▶ [What needs to be done]
Take the data from its first line. Print each line exactly until the line containing "Line((3.2, -8.25), (-3.2, -8.25))" has been printed too.
== Task data
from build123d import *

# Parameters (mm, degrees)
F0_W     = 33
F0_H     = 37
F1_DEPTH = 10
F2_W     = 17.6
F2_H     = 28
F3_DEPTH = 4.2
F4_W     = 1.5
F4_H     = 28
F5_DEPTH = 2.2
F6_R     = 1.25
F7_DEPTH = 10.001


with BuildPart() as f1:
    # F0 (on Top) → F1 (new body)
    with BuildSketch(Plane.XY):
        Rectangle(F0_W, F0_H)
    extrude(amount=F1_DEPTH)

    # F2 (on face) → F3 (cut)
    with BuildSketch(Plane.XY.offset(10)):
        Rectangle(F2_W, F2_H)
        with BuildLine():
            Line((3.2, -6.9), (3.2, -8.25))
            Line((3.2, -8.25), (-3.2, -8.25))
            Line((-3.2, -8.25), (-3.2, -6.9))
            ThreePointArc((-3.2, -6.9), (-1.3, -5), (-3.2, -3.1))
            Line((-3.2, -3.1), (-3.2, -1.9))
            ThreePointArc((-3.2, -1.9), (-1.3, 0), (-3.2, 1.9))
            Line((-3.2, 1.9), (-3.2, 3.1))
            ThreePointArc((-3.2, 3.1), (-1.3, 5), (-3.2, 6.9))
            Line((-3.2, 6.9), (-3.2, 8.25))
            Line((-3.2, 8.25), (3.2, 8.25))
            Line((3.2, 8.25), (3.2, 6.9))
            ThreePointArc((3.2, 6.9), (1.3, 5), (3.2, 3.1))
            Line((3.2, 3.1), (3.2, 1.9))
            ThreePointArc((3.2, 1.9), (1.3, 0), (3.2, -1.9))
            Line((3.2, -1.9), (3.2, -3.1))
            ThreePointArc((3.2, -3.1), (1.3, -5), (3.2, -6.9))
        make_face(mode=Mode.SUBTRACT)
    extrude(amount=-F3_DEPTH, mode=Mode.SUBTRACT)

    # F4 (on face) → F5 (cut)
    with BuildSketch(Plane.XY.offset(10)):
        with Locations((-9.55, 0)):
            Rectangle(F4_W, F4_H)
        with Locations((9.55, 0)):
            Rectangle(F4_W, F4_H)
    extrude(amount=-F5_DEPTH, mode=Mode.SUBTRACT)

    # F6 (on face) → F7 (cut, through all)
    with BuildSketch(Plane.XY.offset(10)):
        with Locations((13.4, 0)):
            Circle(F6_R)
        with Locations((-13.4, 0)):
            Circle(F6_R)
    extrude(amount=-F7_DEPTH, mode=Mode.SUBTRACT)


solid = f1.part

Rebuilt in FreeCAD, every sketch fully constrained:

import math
import FreeCAD as App
import Part
import Sketcher
from FreeCAD import Vector


def add_polygon(sketch, points):
    """Adds a closed chain of lines whose ends are joined by coincident constraints."""
    first, n = sketch.GeometryCount, len(points)
    for a, b in zip(points, points[1:] + points[:1]):
        sketch.addGeometry(Part.LineSegment(App.Vector(*a, 0), App.Vector(*b, 0)), False)
    for i in range(n):
        sketch.addConstraint(Sketcher.Constraint("Coincident", first + i, 2, first + (i + 1) % n, 1))

doc = App.newDocument("Part")
body = doc.addObject("PartDesign::Body", "Body")

# Sketch on XY plane
sketch1 = body.newObject("Sketcher::SketchObject", "Sketch")
sketch1.AttachmentSupport = (doc.getObject("XY_Plane"), [""])
sketch1.MapMode = "FlatFace"
add_polygon(sketch1, [(-16, 18), (-16, -18), (16, -18), (16, 18)])  # lines 0-3
sketch1.addConstraint([
    Sketcher.Constraint("Vertical", 0),
    Sketcher.Constraint("Horizontal", 1),
    Sketcher.Constraint("Vertical", 2),
    Sketcher.Constraint("Horizontal", 3),
    Sketcher.Constraint("Symmetric", 0, 2, 2, 2, -1, 1),
    Sketcher.Constraint("DistanceX", 1, 1, 1, 2, 33.0),
    Sketcher.Constraint("DistanceY", 0, 2, 0, 1, 37.0),
])
pad1 = body.newObject("PartDesign::Pad", "Pad")
pad1.Profile = sketch1
pad1.Length = 10

# Sketch on XY plane
sketch2 = body.newObject("Sketcher::SketchObject", "Sketch001")
sketch2.AttachmentSupport = (doc.getObject("XY_Plane"), [""])
sketch2.MapMode = "FlatFace"
sketch2.AttachmentOffset = App.Placement(Vector(0, 0, 10), App.Rotation())
add_polygon(sketch2, [(-8.8, 14), (-8.8, -14), (8.8, -14), (8.8, 14)])  # lines 0-3
sketch2.addGeometry(Part.ArcOfCircle(Part.Circle(Vector(3.2, -5, 0), Vector(0, 0, 1), 1.9), math.radians(90), math.radians(270)), False)  # 4
sketch2.addGeometry(Part.LineSegment(Vector(3.2, -6.9, 0), Vector(3.2, -8.2, 0)), False)  # 5
sketch2.addGeometry(Part.LineSegment(Vector(3.2, -8.2, 0), Vector(-3.2, -8.2, 0)), False)  # 6
sketch2.addGeometry(Part.LineSegment(Vector(-3.2, -8.2, 0), Vector(-3.2, -6.9, 0)), False)  # 7
sketch2.addGeometry(Part.ArcOfCircle(Part.Circle(Vector(-3.2, -5, 0), Vector(0, 0, 1), 1.9), math.radians(-90), math.radians(90)), False)  # 8
sketch2.addGeometry(Part.LineSegment(Vector(-3.2, -3.1, 0), Vector(-3.2, -1.9, 0)), False)  # 9
sketch2.addGeometry(Part.ArcOfCircle(Part.Circle(Vector(-3.2, 0, 0), Vector(0, 0, 1), 1.9), math.radians(-90), math.radians(90)), False)  # 10
sketch2.addGeometry(Part.LineSegment(Vector(-3.2, 1.9, 0), Vector(-3.2, 3.1, 0)), False)  # 11
sketch2.addGeometry(Part.ArcOfCircle(Part.Circle(Vector(-3.2, 5, 0), Vector(0, 0, 1), 1.9), math.radians(-90), math.radians(90)), False)  # 12
sketch2.addGeometry(Part.LineSegment(Vector(-3.2, 6.9, 0), Vector(-3.2, 8.2, 0)), False)  # 13
sketch2.addGeometry(Part.LineSegment(Vector(-3.2, 8.2, 0), Vector(3.2, 8.2, 0)), False)  # 14
sketch2.addGeometry(Part.LineSegment(Vector(3.2, 8.2, 0), Vector(3.2, 6.9, 0)), False)  # 15
sketch2.addGeometry(Part.ArcOfCircle(Part.Circle(Vector(3.2, 5, 0), Vector(0, 0, 1), 1.9), math.radians(90), math.radians(270)), False)  # 16
sketch2.addGeometry(Part.LineSegment(Vector(3.2, 3.1, 0), Vector(3.2, 1.9, 0)), False)  # 17
sketch2.addGeometry(Part.ArcOfCircle(Part.Circle(Vector(3.2, 0, 0), Vector(0, 0, 1), 1.9), math.radians(90), math.radians(270)), False)  # 18
sketch2.addGeometry(Part.LineSegment(Vector(3.2, -1.9, 0), Vector(3.2, -3.1, 0)), False)  # 19
sketch2.addConstraint([
    Sketcher.Constraint("Coincident", 4, 2, 5, 1),
    Sketcher.Constraint("Coincident", 5, 2, 6, 1),
    Sketcher.Constraint("Coincident", 6, 2, 7, 1),
    Sketcher.Constraint("Coincident", 7, 2, 8, 1),
    Sketcher.Constraint("Coincident", 8, 2, 9, 1),
    Sketcher.Constraint("Coincident", 9, 2, 10, 1),
    Sketcher.Constraint("Coincident", 10, 2, 11, 1),
    Sketcher.Constraint("Coincident", 11, 2, 12, 1),
    Sketcher.Constraint("Coincident", 12, 2, 13, 1),
    Sketcher.Constraint("Coincident", 13, 2, 14, 1),
    Sketcher.Constraint("Coincident", 14, 2, 15, 1),
    Sketcher.Constraint("Coincident", 15, 2, 16, 1),
    Sketcher.Constraint("Coincident", 16, 2, 17, 1),
    Sketcher.Constraint("Coincident", 17, 2, 18, 1),
    Sketcher.Constraint("Coincident", 18, 2, 19, 1),
    Sketcher.Constraint("Coincident", 19, 2, 4, 1),
    Sketcher.Constraint("Vertical", 0),
    Sketcher.Constraint("Horizontal", 1),
    Sketcher.Constraint("Vertical", 2),
    Sketcher.Constraint("Horizontal", 3),
    Sketcher.Constraint("Vertical", 5),
    Sketcher.Constraint("Horizontal", 6),
    Sketcher.Constraint("Vertical", 7),
    Sketcher.Constraint("Vertical", 9),
    Sketcher.Constraint("Vertical", 11),
    Sketcher.Constraint("Vertical", 13),
    Sketcher.Constraint("Horizontal", 14),
    Sketcher.Constraint("Vertical", 15),
    Sketcher.Constraint("Vertical", 17),
    Sketcher.Constraint("Vertical", 19),
    Sketcher.Constraint("Equal", 4, 8),
    Sketcher.Constraint("Equal", 8, 10),
    Sketcher.Constraint("Equal", 10, 12),
    Sketcher.Constraint("Equal", 12, 16),
    Sketcher.Constraint("Equal", 16, 18),
    Sketcher.Constraint("Symmetric", 4, 3, 12, 3, -1, 1),
    Sketcher.Constraint("Symmetric", 8, 3, 16, 3, -1, 1),
    Sketcher.Constraint("Symmetric", 10, 3, 18, 3, -1, 1),
    Sketcher.Constraint("Symmetric", 0, 2, 2, 2, -1, 1),
    Sketcher.Constraint("Symmetric", 5, 2, 13, 2, -1, 1),
    Sketcher.Constraint("Symmetric", 4, 3, 8, 3, -2),
    Sketcher.Constraint("Symmetric", 10, 2, 17, 2, -2),
    Sketcher.Constraint("Vertical", 8, 3, 10, 3),
    Sketcher.Constraint("Vertical", 18, 3, 4, 2),
    Sketcher.Constraint("Vertical", 12, 3, 6, 2),
    Sketcher.Constraint("Vertical", 7, 2, 8, 2),
    Sketcher.Constraint("Vertical", 9, 2, 10, 2),
    Sketcher.Constraint("Vertical", 5, 2, 14, 2),
    Sketcher.Constraint("Vertical", 17, 2, 18, 2),
    Sketcher.Constraint("Radius", 4, 1.9),
    Sketcher.Constraint("DistanceY", 0, 2, 0, 1, 28.0),
    Sketcher.Constraint("DistanceX", 1, 1, 1, 2, 17.6),
    Sketcher.Constraint("DistanceX", 6, 2, 6, 1, 6.4),
    Sketcher.Constraint("DistanceY", 9, 1, 9, 2, 1.2),
    Sketcher.Constraint("DistanceY", 5, 2, 5, 1, 1.35),
])
pocket1 = body.newObject("PartDesign::Pocket", "Pocket")
pocket1.Profile = sketch2
pocket1.Length = 4.2

# Sketch on XY plane
sketch3 = body.newObject("Sketcher::SketchObject", "Sketch002")
sketch3.AttachmentSupport = (doc.getObject("XY_Plane"), [""])
sketch3.MapMode = "FlatFace"
sketch3.AttachmentOffset = App.Placement(Vector(0, 0, 10), App.Rotation())
add_polygon(sketch3, [(-10.3, 14), (-10.3, -14), (-8.8, -14), (-8.8, 14)])  # lines 0-3
add_polygon(sketch3, [(8.8, 14), (8.8, -14), (10.3, -14), (10.3, 14)])  # lines 4-7
sketch3.addConstraint([
    Sketcher.Constraint("Vertical", 0),
    Sketcher.Constraint("Horizontal", 1),
    Sketcher.Constraint("Vertical", 2),
    Sketcher.Constraint("Horizontal", 3),
    Sketcher.Constraint("Vertical", 4),
    Sketcher.Constraint("Horizontal", 5),
    Sketcher.Constraint("Vertical", 6),
    Sketcher.Constraint("Horizontal", 7),
    Sketcher.Constraint("Symmetric", 2, 2, 4, 2, -1, 1),
    Sketcher.Constraint("Symmetric", 0, 2, 6, 2, -1, 1),
    Sketcher.Constraint("Horizontal", 1, 2, 4, 2),
    Sketcher.Constraint("DistanceY", 0, 2, 0, 1, 28.0),
    Sketcher.Constraint("DistanceX", 1, 1, 1, 2, 1.5),
    Sketcher.Constraint("DistanceX", 0, 2, -1, 1, 10.3),
])
pocket2 = body.newObject("PartDesign::Pocket", "Pocket001")
pocket2.Profile = sketch3
pocket2.Length = 2.2

# Sketch on XY plane
sketch4 = body.newObject("Sketcher::SketchObject", "Sketch003")
sketch4.AttachmentSupport = (doc.getObject("XY_Plane"), [""])
sketch4.MapMode = "FlatFace"
sketch4.AttachmentOffset = App.Placement(Vector(0, 0, 10), App.Rotation())
sketch4.addGeometry([
    Part.Circle(Vector(13.4, 0, 0), Vector(0, 0, 1), 1.2),
    Part.Circle(Vector(-13.4, 0, 0), Vector(0, 0, 1), 1.2),
], False)
sketch4.addConstraint([
    Sketcher.Constraint("Equal", 0, 1),
    Sketcher.Constraint("Symmetric", 0, 3, 1, 3, -1, 1),
    Sketcher.Constraint("PointOnObject", 0, 3, -1),
    Sketcher.Constraint("Diameter", 0, 2.5),
    Sketcher.Constraint("DistanceX", -1, 1, 0, 3, 13.4),
])
pocket3 = body.newObject("PartDesign::Pocket", "Pocket002")
pocket3.Profile = sketch4
pocket3.Type = "ThroughAll"

doc.recompute()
====
▶ [Response]
from build123d import *

# Parameters (mm, degrees)
F0_W     = 33
F0_H     = 37
F1_DEPTH = 10
F2_W     = 17.6
F2_H     = 28
F3_DEPTH = 4.2
F4_W     = 1.5
F4_H     = 28
F5_DEPTH = 2.2
F6_R     = 1.25
F7_DEPTH = 10.001


with BuildPart() as f1:
    # F0 (on Top) → F1 (new body)
    with BuildSketch(Plane.XY):
        Rectangle(F0_W, F0_H)
    extrude(amount=F1_DEPTH)

    # F2 (on face) → F3 (cut)
    with BuildSketch(Plane.XY.offset(10)):
        Rectangle(F2_W, F2_H)
        with BuildLine():
            Line((3.2, -6.9), (3.2, -8.25))
            Line((3.2, -8.25), (-3.2, -8.25))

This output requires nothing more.